Steuerliche Vergünstigungen für geplante Investitionen:
Mangelhafte Überwachung durch die Finanzämter
Nach dem Einkommensteuergesetz können Steuerpflichtige für die geplante Anschaffung oder Herstellung von abnutzbaren beweglichen Wirtschaftsgütern des Anlagevermögens, wie z. B. Kraftfahrzeugen, einen Investitionsabzugsbetrag von bis zu 40% der voraussichtlichen Anschaffungs- oder Herstellungskosten vorab gewinnmindernd abziehen. Der weitere Verlauf – insbesondere die tatsächliche Realisierung der Investition und der Umfang der betrieblichen Nutzung des Wirtschaftsguts – ist über einen Zeitraum von bis zu vier Jahren durch das Finanzamt zu überwachen. Die vom Rechnungshof geprüften Finanzämter haben versäumt, Abzugsbeträge von fast 2 Mio. € gewinnerhöhend zu berücksichtigen, weil die Steuerpflichtigen meistens innerhalb des Investitionszeitraums keine Investitionen getätigt hatten oder die Anschaffungskosten geringer waren als ursprünglich angenommen. Allein bei den von der Senatsverwaltung für Finanzen nachkontrollierten Fällen konnten Steuern und steuerliche Nebenleistungen von mehr als 575.000 € festgesetzt werden. Bei den übrigen Finanzämtern sind vergleichbare Bearbeitungsdefizite nicht auszuschließen. Der Rechnungshof hat entsprechende Nacharbeiten gefordert. Überträgt man das von der Senatsverwaltung angeführte finanzielle Mehrergebnis auf die übrigen Finanzämter, ergäben sich Nachforderungen in Millionenhöhe (vgl. T 349 bis 364).

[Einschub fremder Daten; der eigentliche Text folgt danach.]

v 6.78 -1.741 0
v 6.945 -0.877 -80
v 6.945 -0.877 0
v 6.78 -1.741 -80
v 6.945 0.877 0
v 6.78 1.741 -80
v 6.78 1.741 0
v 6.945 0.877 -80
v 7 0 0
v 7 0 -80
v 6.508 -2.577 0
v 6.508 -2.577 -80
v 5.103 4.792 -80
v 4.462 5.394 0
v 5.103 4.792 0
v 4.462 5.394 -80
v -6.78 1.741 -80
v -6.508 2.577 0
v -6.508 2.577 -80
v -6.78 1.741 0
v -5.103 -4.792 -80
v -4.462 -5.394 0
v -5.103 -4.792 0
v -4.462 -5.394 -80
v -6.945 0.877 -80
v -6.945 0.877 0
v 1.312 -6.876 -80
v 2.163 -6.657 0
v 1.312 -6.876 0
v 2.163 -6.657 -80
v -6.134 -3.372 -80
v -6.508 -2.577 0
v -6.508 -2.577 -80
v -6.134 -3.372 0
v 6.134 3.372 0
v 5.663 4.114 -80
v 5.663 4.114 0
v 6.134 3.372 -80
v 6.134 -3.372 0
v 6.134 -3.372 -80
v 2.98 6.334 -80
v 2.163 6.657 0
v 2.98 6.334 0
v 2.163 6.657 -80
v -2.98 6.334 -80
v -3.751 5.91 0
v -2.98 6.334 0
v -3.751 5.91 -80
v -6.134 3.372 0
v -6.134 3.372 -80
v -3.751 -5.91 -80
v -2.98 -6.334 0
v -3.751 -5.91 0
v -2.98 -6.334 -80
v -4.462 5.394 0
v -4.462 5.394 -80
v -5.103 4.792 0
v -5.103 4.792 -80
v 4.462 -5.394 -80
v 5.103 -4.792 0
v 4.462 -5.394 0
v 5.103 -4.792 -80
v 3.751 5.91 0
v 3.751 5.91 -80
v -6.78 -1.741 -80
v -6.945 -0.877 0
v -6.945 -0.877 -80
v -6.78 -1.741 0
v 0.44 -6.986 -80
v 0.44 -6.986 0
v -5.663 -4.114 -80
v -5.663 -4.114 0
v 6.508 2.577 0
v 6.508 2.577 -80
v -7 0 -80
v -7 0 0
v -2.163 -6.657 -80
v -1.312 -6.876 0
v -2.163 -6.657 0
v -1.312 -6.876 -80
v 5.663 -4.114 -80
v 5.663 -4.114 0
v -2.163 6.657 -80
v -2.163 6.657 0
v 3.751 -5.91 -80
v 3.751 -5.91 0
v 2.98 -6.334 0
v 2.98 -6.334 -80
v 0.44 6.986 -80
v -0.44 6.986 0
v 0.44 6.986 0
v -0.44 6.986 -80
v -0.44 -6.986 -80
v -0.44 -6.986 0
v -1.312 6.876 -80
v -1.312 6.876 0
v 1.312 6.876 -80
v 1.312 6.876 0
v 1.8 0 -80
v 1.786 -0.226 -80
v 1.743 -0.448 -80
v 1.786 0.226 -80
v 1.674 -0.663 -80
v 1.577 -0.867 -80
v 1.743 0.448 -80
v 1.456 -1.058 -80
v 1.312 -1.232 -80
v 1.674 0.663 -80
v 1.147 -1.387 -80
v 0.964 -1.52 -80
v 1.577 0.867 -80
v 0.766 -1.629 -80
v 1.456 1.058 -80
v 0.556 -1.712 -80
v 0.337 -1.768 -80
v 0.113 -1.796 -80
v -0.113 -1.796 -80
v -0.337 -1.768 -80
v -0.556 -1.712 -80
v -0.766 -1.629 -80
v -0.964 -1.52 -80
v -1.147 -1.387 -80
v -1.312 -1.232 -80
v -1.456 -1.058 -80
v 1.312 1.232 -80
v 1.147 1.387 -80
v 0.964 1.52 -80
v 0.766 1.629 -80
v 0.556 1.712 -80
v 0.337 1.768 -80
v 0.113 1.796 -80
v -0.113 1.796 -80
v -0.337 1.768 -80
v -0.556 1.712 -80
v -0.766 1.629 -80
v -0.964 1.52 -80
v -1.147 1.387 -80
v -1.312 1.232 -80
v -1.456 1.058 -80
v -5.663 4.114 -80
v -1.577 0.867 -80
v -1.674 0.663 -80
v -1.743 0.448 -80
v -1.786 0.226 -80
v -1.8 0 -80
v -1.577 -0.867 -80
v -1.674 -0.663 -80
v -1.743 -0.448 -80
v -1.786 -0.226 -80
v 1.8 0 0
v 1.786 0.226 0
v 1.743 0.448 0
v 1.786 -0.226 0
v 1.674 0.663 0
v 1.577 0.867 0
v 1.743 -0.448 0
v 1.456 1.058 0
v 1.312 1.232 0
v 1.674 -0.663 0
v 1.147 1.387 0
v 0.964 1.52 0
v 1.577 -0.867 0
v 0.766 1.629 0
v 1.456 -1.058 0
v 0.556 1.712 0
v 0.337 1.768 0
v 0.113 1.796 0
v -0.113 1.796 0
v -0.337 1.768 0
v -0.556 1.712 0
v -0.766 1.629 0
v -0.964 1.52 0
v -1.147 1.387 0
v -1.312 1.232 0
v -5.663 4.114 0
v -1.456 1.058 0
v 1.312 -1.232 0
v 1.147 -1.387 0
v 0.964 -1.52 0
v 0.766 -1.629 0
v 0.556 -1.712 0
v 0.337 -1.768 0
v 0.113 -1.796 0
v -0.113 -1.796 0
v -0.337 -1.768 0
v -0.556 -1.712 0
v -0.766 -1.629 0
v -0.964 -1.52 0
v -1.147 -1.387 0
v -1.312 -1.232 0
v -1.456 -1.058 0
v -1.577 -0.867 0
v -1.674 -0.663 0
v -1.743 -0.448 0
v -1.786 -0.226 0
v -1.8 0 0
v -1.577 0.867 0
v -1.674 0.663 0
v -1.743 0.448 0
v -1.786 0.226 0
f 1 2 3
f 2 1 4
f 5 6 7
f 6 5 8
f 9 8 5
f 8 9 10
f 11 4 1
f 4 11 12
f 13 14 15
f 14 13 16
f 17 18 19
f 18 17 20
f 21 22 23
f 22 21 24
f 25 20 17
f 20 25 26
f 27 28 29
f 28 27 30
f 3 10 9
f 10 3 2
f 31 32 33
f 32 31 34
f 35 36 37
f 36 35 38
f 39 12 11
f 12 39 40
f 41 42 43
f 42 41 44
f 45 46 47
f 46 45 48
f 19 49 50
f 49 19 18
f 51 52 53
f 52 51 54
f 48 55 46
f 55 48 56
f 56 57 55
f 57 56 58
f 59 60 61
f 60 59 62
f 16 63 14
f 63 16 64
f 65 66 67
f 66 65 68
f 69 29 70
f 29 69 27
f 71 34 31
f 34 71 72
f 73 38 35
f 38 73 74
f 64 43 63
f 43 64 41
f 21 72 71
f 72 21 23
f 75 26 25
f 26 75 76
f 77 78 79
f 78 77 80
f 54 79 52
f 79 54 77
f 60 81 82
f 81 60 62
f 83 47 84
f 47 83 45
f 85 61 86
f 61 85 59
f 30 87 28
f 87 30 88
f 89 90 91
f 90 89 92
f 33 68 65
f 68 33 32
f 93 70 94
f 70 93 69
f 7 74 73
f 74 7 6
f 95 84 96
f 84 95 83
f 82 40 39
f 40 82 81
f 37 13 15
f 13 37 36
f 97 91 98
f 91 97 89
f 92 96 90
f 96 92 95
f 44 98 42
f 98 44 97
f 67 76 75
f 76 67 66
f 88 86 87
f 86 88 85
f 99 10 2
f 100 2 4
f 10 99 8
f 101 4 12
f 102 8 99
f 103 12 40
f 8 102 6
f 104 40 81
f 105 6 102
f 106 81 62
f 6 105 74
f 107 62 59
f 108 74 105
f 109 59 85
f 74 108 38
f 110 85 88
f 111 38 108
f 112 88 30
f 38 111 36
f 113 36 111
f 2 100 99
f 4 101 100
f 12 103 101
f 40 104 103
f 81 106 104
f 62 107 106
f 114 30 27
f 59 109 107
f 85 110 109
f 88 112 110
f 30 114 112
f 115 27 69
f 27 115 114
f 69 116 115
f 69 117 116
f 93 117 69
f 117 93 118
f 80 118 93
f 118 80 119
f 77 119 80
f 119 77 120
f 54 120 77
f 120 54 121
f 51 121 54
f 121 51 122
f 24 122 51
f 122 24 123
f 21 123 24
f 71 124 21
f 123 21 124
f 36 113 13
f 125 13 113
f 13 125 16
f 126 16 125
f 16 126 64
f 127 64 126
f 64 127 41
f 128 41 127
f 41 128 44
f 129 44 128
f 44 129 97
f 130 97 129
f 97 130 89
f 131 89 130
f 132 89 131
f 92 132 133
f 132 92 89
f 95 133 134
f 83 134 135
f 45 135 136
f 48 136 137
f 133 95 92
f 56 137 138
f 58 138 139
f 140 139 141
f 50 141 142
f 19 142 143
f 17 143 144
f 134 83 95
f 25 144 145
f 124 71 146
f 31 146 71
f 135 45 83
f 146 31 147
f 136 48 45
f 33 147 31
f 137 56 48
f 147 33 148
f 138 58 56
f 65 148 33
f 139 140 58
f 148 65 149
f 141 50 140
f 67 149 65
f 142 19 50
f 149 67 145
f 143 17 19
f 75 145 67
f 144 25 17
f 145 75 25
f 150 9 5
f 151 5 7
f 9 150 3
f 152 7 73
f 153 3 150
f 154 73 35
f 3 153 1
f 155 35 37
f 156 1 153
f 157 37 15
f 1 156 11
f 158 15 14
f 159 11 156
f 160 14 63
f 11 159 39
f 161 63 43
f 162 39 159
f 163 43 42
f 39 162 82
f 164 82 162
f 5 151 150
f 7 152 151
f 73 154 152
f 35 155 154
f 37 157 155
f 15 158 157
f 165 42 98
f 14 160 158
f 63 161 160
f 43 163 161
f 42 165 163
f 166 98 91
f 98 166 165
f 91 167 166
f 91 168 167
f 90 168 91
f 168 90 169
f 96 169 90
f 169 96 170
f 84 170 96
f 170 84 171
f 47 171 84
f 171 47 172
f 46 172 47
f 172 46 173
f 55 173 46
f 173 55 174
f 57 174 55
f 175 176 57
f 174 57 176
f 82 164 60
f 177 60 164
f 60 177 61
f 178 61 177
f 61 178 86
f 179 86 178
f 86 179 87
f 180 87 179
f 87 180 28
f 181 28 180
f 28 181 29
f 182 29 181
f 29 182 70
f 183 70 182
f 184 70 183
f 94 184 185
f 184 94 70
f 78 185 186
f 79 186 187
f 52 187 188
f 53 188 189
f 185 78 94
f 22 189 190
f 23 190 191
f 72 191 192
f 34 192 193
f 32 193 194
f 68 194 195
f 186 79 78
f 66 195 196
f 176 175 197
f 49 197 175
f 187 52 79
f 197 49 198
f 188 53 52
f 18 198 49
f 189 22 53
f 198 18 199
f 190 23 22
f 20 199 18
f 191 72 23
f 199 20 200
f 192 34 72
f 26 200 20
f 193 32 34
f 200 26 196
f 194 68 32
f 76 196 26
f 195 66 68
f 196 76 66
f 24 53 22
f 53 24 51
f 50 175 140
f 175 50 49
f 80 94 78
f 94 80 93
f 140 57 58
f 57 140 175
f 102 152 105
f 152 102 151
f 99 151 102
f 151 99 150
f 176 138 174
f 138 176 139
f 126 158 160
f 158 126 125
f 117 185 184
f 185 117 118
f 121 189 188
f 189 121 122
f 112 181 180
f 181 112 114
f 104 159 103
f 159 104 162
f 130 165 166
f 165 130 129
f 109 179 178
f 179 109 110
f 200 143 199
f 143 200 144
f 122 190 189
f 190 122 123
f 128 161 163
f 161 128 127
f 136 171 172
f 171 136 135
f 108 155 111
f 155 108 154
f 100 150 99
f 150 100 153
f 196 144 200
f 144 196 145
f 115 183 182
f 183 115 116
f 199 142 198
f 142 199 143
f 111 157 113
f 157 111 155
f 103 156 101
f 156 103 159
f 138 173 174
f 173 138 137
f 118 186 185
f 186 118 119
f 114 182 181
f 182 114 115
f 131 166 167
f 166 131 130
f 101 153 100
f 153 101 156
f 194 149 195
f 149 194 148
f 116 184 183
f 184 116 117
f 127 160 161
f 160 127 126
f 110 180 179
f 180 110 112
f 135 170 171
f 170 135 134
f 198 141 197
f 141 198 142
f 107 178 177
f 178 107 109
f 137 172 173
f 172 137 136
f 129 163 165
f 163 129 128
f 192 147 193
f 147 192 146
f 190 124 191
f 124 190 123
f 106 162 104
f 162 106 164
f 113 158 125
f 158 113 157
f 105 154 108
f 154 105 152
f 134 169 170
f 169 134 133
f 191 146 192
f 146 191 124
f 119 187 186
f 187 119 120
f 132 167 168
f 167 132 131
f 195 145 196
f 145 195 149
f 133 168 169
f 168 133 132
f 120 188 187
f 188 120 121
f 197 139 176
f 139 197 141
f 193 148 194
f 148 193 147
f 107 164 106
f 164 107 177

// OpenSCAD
$fn = 50;


difference() {
	union() {
		translate(v = [0, 0, -80.0000000000]) {
			cylinder(h = 80, r = 7.0000000000);
		}
		cylinder(h = 0, r = 10.0000000000);
	}
	union() {
		#translate(v = [0, 0, -80]) {
			cylinder(h = 80, r = 1.8000000000);
		}
	}
}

Besserstellung von Teilen des BVG-Personals:
Ausgleichszahlungen für nicht mehr vorhandene Gehaltseinbußen
Die Berliner Verkehrsbetriebe (BVG) wenden seit dem 1. September 2005 einheitlich für alle Beschäftigten den Tarifvertrag zur Regelung der Arbeitsbedingungen bei den Nahverkehrsbetrieben im Land Berlin an. Die zum Zeitpunkt des Wechsels in das neue Tarifrecht vorhandenen Beschäftigten sollten durch die Überleitung nicht schlechter gestellt werden und insbesondere keine Gehaltseinbußen erfahren. Sie erhalten tarifliche Sicherungsbeträge, die in der Regel unverändert bestehen bleiben und sich auch nicht bei einer späteren Entgelterhöhung, einem Stufenaufstieg sowie einer Höhergruppierung verringern. Die stichprobenweise Prüfung des Rechnungshofs ergab, dass die Sicherungsbeträge in 40 % der geprüften Fälle ihre ursprüngliche Funktion verloren haben, weil die Beschäftigten seit der Überleitung in höhere Entgeltgruppen aufgestiegen sind. Dadurch entstehen allein im Bereich der Verwaltung der BVG hochgerechnet zusätzliche Ausgaben im Umfang von etwa 3,5 Mio. € jährlich. Der Rechnungshof hat die BVG aufgefordert darauf hinzuwirken, dass die Sicherungseinkommen der Beschäftigten in den Fällen zurückgeführt werden, in denen keine Gehaltseinbußen mehr vorhanden sind (vgl. T 376 bis 383).